Burhanettin Duran: Cumhurbaşkanı Erdoğan'a İlişkin Görüşme İddiaları Gerçek Dışı
Duran: Erdoğan Görüşme İddiaları Gerçek Değil

Cumhurbaşkanlığı İletişim Başkanı Burhanettin Duran, sosyal medya ve kamuoyunda dolaşan, Cumhurbaşkanı Recep Tayyip Erdoğan'ın belirli görüşmeler yaptığına dair iddiaları kesin bir dille reddetti. Duran, bu iddiaların gerçeği yansıtmadığını ve Cumhurbaşkanı'nın gündeminde böyle bir konunun bulunmadığını açıkladı.

Resmi Açıklama: İddialar Tamamen Mesnetsiz

Burhanettin Duran, 7 Aralık 2025 tarihinde yaptığı yazılı açıklamada, kamuoyunda yer alan bazı paylaşımların hiçbir dayanağı olmadığını vurguladı. "Bilinçli veya bilinçsiz olarak paylaşılan bu tür iddialar, kamuoyunu yanıltmakta ve Türkiye’nin takip ettiği güvenlik politikalarını farklı yönde etkilemeyi amaçlamaktadır" ifadelerini kullandı.

Duran, Cumhurbaşkanı Erdoğan'ın temasları ve görüşmelerine ilişkin bilgilerin sadece Cumhurbaşkanlığı İletişim Başkanlığı veya yetkili devlet kurumları tarafından paylaşılabileceğinin altını çizdi. Bu açıklama, konuya dair yetkisiz kaynaklardan gelen her türlü bilginin güvenilir olmadığına işaret ediyor.

Dezenformasyon Uyarısı ve Kamuoyu Çağrısı

Cumhurbaşkanlığı İletişim Başkanı, vatandaşları sosyal medya platformlarında dolaşıma sokulan yanlış bilgilere karşı uyardı. Duran, özellikle dezenformasyon kampanyalarına karşı dikkatli olunması ve sadece resmi kaynaklara itibar edilmesi gerektiği konusunda bir çağrıda bulundu.

Bu tür asılsız iddiaların, ülkenin siyasi ve güvenlik gündemini manipüle etme amacı taşıyabileceğine dikkat çekildi. Açıklamada, Türkiye'nin kararlılıkla sürdürdüğü politikaların bu tür yanıltıcı bilgi akışlarından etkilenmemesi için kamuoyunun bilinçli hareket etmesinin önemi vurgulandı.

Sonuç ve Net Mesaj

Burhanettin Duran'ın yaptığı açıklama, Cumhurbaşkanı Recep Tayyip Erdoğan hakkında ortaya atılan belirli görüşme iddialarına net bir cevap niteliği taşıyor. İddiaların tamamen gerçek dışı olduğu ve Cumhurbaşkanı'nın ajandasında yer almadığı bir kez daha teyit edilmiş oldu.
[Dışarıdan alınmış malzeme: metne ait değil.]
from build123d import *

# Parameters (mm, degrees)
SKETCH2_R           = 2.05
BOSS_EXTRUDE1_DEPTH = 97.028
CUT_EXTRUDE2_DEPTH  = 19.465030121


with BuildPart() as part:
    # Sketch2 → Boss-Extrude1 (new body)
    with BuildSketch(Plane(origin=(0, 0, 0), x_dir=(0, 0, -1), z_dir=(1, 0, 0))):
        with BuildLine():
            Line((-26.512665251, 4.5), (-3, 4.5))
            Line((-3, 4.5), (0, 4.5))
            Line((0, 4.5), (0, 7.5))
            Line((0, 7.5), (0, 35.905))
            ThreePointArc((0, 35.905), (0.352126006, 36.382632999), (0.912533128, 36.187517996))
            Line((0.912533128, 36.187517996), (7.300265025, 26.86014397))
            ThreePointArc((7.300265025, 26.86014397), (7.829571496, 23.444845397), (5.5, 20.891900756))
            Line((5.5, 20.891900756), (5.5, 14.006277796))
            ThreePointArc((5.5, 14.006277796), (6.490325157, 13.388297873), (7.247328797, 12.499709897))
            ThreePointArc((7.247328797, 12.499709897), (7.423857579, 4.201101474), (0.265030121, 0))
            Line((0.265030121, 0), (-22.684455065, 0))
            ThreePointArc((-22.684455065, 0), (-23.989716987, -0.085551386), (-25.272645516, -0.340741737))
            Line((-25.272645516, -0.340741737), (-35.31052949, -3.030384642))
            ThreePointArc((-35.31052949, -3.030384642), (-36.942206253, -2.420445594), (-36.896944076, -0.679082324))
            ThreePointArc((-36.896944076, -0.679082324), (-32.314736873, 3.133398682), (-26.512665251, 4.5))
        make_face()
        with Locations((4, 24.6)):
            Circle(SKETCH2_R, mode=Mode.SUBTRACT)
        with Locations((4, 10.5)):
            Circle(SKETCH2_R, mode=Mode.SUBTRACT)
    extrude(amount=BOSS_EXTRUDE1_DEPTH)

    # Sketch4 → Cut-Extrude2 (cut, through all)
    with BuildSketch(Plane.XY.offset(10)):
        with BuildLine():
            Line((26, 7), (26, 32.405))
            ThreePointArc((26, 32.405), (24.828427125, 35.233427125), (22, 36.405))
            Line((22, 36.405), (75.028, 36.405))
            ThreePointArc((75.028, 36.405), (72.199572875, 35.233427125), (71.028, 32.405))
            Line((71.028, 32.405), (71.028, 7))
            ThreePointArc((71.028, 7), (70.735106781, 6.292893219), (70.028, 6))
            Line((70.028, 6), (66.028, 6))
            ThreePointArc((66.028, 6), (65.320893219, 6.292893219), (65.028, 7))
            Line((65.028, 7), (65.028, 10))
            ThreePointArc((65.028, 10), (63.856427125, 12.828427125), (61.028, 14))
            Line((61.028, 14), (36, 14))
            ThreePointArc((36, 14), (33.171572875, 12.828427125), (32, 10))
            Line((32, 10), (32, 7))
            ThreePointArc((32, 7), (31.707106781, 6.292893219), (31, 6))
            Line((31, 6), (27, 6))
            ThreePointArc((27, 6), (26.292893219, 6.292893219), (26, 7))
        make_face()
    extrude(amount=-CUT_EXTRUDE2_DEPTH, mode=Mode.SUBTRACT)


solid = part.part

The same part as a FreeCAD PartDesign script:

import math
import FreeCAD as App
import Part
import Sketcher

V = App.Vector
Q = App.Units.Quantity

doc = App.newDocument("Part")
params = doc.addObject("Spreadsheet::Sheet", "Params")
for row, (alias, value) in enumerate([
    ("sketch1_radius", "13 mm"),
    ("sketch1_radius2", "10 mm"),
    ("sketch1_radius3", "4 mm"),
    ("sketch1_diameter", "4.1 mm"),
    ("sketch1_radius4", "1.5 mm"),
    ("pad1_length", "97.028 mm"),
    ("sketch2_radius", "1 mm"),
    ("sketch2_radius2", "4 mm"),
    ("sketch2_width", "4 mm"),
    ("sketch2_height", "3 mm"),
], start=1):
    params.set(f"A{row}", alias)
    params.set(f"B{row}", "=" + value)
    params.setAlias(f"B{row}", alias)

body = doc.addObject("PartDesign::Body", "Body")

# Sketch on YZ plane
sketch1 = doc.addObject("Sketcher::SketchObject", "Sketch")
body.addObject(sketch1)
sketch1.AttachmentSupport = (doc.YZ_Plane, [""])
sketch1.MapMode = "FlatFace"
sketch1.addGeometry([
    Part.LineSegment(V(4.5, 0, 0), V(4.5, 26.512665, 0)),  # 0
    Part.ArcOfCircle(Part.Circle(V(-8.5, 26.512665, 0), V(0, 0, 1), 13), math.radians(0), math.radians(53.014775)),  # 1
    Part.ArcOfCircle(Part.Circle(V(-1.581496, 35.698758, 0), V(0, 0, 1), 1.5), math.radians(53.014775), math.radians(195)),  # 2
    Part.LineSegment(V(-3.030385, 35.310529, 0), V(-0.340742, 25.272646, 0)),  # 3
    Part.ArcOfCircle(Part.Circle(V(-10, 22.684455, 0), V(0, 0, 1), 10), math.radians(0), math.radians(15)),  # 4
    Part.LineSegment(V(0, 22.684455, 0), V(0, -0.26503, 0)),  # 5
    Part.ArcOfCircle(Part.Circle(V(8.2, -0.26503, 0), V(0, 0, 1), 8.2), math.radians(-180), math.radians(-58.375177)),  # 6
    Part.ArcOfCircle(Part.Circle(V(10.5, -4, 0), V(0, 0, 1), 3.813658), math.radians(-58.375177), math.radians(-23.161437)),  # 7
    Part.LineSegment(V(14.006278, -5.5, 0), V(20.891901, -5.5, 0)),  # 8
    Part.ArcOfCircle(Part.Circle(V(24.6, -4, 0), V(0, 0, 1), 4), math.radians(-157.975687), math.radians(-55.595209)),  # 9
    Part.LineSegment(V(26.860144, -7.300265, 0), V(36.187518, -0.912533, 0)),  # 10
    Part.ArcOfCircle(Part.Circle(V(35.905, -0.5, 0), V(0, 0, 1), 0.5), math.radians(-55.595209), math.radians(90)),  # 11
    Part.LineSegment(V(35.905, 0, 0), V(4.5, 0, 0)),  # 12
    Part.Circle(V(10.5, -4, 0), V(0, 0, 1), 2.05),  # 13
    Part.Circle(V(24.6, -4, 0), V(0, 0, 1), 2.05),  # 14
], False)
sketch1.addConstraint([
    Sketcher.Constraint("Tangent", 0, 2, 1, 1),
    Sketcher.Constraint("Tangent", 1, 2, 2, 1),
    Sketcher.Constraint("Tangent", 2, 2, 3, 1),
    Sketcher.Constraint("Tangent", 3, 2, 4, 2),
    Sketcher.Constraint("Tangent", 4, 1, 5, 1),
    Sketcher.Constraint("Tangent", 5, 2, 6, 1),
    Sketcher.Constraint("Tangent", 6, 2, 7, 1),
    Sketcher.Constraint("Coincident", 7, 2, 8, 1),
    Sketcher.Constraint("Coincident", 8, 2, 9, 1),
    Sketcher.Constraint("Tangent", 9, 2, 10, 1),
    Sketcher.Constraint("Tangent", 10, 2, 11, 1),
    Sketcher.Constraint("Tangent", 11, 2, 12, 1),
    Sketcher.Constraint("Coincident", 12, 2, 0, 1),
    Sketcher.Constraint("Vertical", 0),
    Sketcher.Constraint("Vertical", 5),
    Sketcher.Constraint("Horizontal", 8),
    Sketcher.Constraint("Horizontal", 12),
    Sketcher.Constraint("Coincident", 13, 3, 7, 3),
    Sketcher.Constraint("Coincident", 14, 3, 9, 3),
    Sketcher.Constraint("Equal", 13, 14),
    Sketcher.Constraint("PointOnObject", 4, 1, -2),
    Sketcher.Constraint("PointOnObject", 11, 2, -1),
    Sketcher.Constraint("Horizontal", 7, 3, 9, 3),
    Sketcher.Constraint("Radius", 1, Q("13 mm")),
    Sketcher.Constraint("Radius", 4, Q("10 mm")),
    Sketcher.Constraint("Radius", 9, Q("4 mm")),
    Sketcher.Constraint("Diameter", 13, Q("4.1 mm")),
    Sketcher.Constraint("Radius", 2, Q("1.5 mm")),
    Sketcher.Constraint("Radius", 6, Q("8.2 mm")),
    Sketcher.Constraint("Radius", 11, Q("0.5 mm")),
    Sketcher.Constraint("Angle", 3, Q("-75 deg")),
    Sketcher.Constraint("DistanceY", 7, 3, -1, 1, Q("4 mm")),
    Sketcher.Constraint("DistanceX", 1, 3, 7, 3, Q("19 mm")),
    Sketcher.Constraint("DistanceX", 1, 3, -1, 1, Q("8.5 mm")),
    Sketcher.Constraint("DistanceX", -1, 1, 9, 3, Q("24.6 mm")),
    Sketcher.Constraint("DistanceY", 7, 2, -1, 1, Q("5.5 mm")),
    Sketcher.Constraint("DistanceX", 12, 2, 12, 1, Q("31.405 mm")),
    Sketcher.Constraint("Radius", 7, Q("3.813658 mm")),
    Sketcher.Constraint("DistanceY", 0, 1, 0, 2, Q("26.512665 mm")),
    Sketcher.Constraint("DistanceY", 5, 2, 5, 1, Q("22.949485 mm")),
])
sketch1.setExpression("Constraints[23]", "Params.sketch1_radius")
sketch1.setExpression("Constraints[24]", "Params.sketch1_radius2")
sketch1.setExpression("Constraints[25]", "Params.sketch1_radius3")
sketch1.setExpression("Constraints[26]", "Params.sketch1_diameter")
sketch1.setExpression("Constraints[27]", "Params.sketch1_radius4")
pad1 = doc.addObject("PartDesign::Pad", "Pad")
body.addObject(pad1)
pad1.Profile = sketch1
pad1.setExpression("Length", "Params.pad1_length")

# Sketch on XY plane
sketch2 = doc.addObject("Sketcher::SketchObject", "Sketch001")
body.addObject(sketch2)
sketch2.AttachmentSupport = (doc.XY_Plane, [""])
sketch2.MapMode = "FlatFace"
sketch2.AttachmentOffset = App.Placement(V(0, 0, 10), App.Rotation())
sketch2.addGeometry([
    Part.LineSegment(V(26, 32.405, 0), V(26, 7, 0)),  # 0
    Part.ArcOfCircle(Part.Circle(V(27, 7, 0), V(0, 0, 1), 1), math.radians(-180), math.radians(-90)),  # 1
    Part.LineSegment(V(27, 6, 0), V(31, 6, 0)),  # 2
    Part.ArcOfCircle(Part.Circle(V(31, 7, 0), V(0, 0, 1), 1), math.radians(-90), math.radians(0)),  # 3
    Part.LineSegment(V(32, 7, 0), V(32, 10, 0)),  # 4
    Part.ArcOfCircle(Part.Circle(V(36, 10, 0), V(0, 0, 1), 4), math.radians(90), math.radians(180)),  # 5
    Part.LineSegment(V(36, 14, 0), V(61.028, 14, 0)),  # 6
    Part.ArcOfCircle(Part.Circle(V(61.028, 10, 0), V(0, 0, 1), 4), math.radians(0), math.radians(90)),  # 7
    Part.LineSegment(V(65.028, 10, 0), V(65.028, 7, 0)),  # 8
    Part.ArcOfCircle(Part.Circle(V(66.028, 7, 0), V(0, 0, 1), 1), math.radians(-180), math.radians(-90)),  # 9
    Part.LineSegment(V(66.028, 6, 0), V(70.028, 6, 0)),  # 10
    Part.ArcOfCircle(Part.Circle(V(70.028, 7, 0), V(0, 0, 1), 1), math.radians(-90), math.radians(0)),  # 11
    Part.LineSegment(V(71.028, 7, 0), V(71.028, 32.405, 0)),  # 12
    Part.ArcOfCircle(Part.Circle(V(75.028, 32.405, 0), V(0, 0, 1), 4), math.radians(90), math.radians(180)),  # 13
    Part.LineSegment(V(75.028, 36.405, 0), V(22, 36.405, 0)),  # 14
    Part.ArcOfCircle(Part.Circle(V(22, 32.405, 0), V(0, 0, 1), 4), math.radians(0), math.radians(90)),  # 15
], False)
sketch2.addConstraint([
    Sketcher.Constraint("Tangent", 0, 2, 1, 1),
    Sketcher.Constraint("Tangent", 1, 2, 2, 1),
    Sketcher.Constraint("Tangent", 2, 2, 3, 1),
    Sketcher.Constraint("Tangent", 3, 2, 4, 1),
    Sketcher.Constraint("Tangent", 4, 2, 5, 2),
    Sketcher.Constraint("Tangent", 5, 1, 6, 1),
    Sketcher.Constraint("Tangent", 6, 2, 7, 2),
    Sketcher.Constraint("Tangent", 7, 1, 8, 1),
    Sketcher.Constraint("Tangent", 8, 2, 9, 1),
    Sketcher.Constraint("Tangent", 9, 2, 10, 1),
    Sketcher.Constraint("Tangent", 10, 2, 11, 1),
    Sketcher.Constraint("Tangent", 11, 2, 12, 1),
    Sketcher.Constraint("Tangent", 12, 2, 13, 2),
    Sketcher.Constraint("Tangent", 13, 1, 14, 1),
    Sketcher.Constraint("Tangent", 14, 2, 15, 2),
    Sketcher.Constraint("Tangent", 15, 1, 0, 1),
    Sketcher.Constraint("Vertical", 0),
    Sketcher.Constraint("Horizontal", 2),
    Sketcher.Constraint("Vertical", 4),
    Sketcher.Constraint("Horizontal", 6),
    Sketcher.Constraint("Vertical", 8),
    Sketcher.Constraint("Horizontal", 10),
    Sketcher.Constraint("Vertical", 12),
    Sketcher.Constraint("Horizontal", 14),
    Sketcher.Constraint("Equal", 1, 3),
    Sketcher.Constraint("Equal", 5, 7),
    Sketcher.Constraint("Equal", 3, 9),
    Sketcher.Constraint("Equal", 9, 11),
    Sketcher.Constraint("Equal", 7, 13),
    Sketcher.Constraint("Equal", 13, 15),
    Sketcher.Constraint("Horizontal", 3, 3, 9, 3),
    Sketcher.Constraint("Equal", 2, 10),
    Sketcher.Constraint("Radius", 1, Q("1 mm")),
    Sketcher.Constraint("Radius", 5, Q("4 mm")),
    Sketcher.Constraint("DistanceX", 2, 1, 2, 2, Q("4 mm")),
    Sketcher.Constraint("DistanceY", 4, 1, 4, 2, Q("3 mm")),
    Sketcher.Constraint("DistanceX", -1, 1, 1, 3, Q("27 mm")),
    Sketcher.Constraint("DistanceY", -1, 1, 1, 3, Q("7 mm")),
    Sketcher.Constraint("DistanceX", 6, 1, 6, 2, Q("25.028 mm")),
    Sketcher.Constraint("DistanceY", 0, 2, 0, 1, Q("25.405 mm")),
])
sketch2.setExpression("Constraints[32]", "Params.sketch2_radius")
sketch2.setExpression("Constraints[33]", "Params.sketch2_radius2")
sketch2.setExpression("Constraints[34]", "Params.sketch2_width")
sketch2.setExpression("Constraints[35]", "Params.sketch2_height")
pocket1 = doc.addObject("PartDesign::Pocket", "Pocket")
body.addObject(pocket1)
pocket1.Profile = sketch2
pocket1.Type = "ThroughAll"

doc.recompute()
Bu gelişme, Türkiye'de üst düzey siyasi konularla ilgili bilgi kirliliğine karşı resmi kurumların hızlı müdahalesinin bir örneğini oluşturuyor. Vatandaşların, özellikle hassas konularda, bilgi kaynağını sorgulaması ve resmi açıklamaları takip etmesi gerektiği mesajı öne çıkıyor.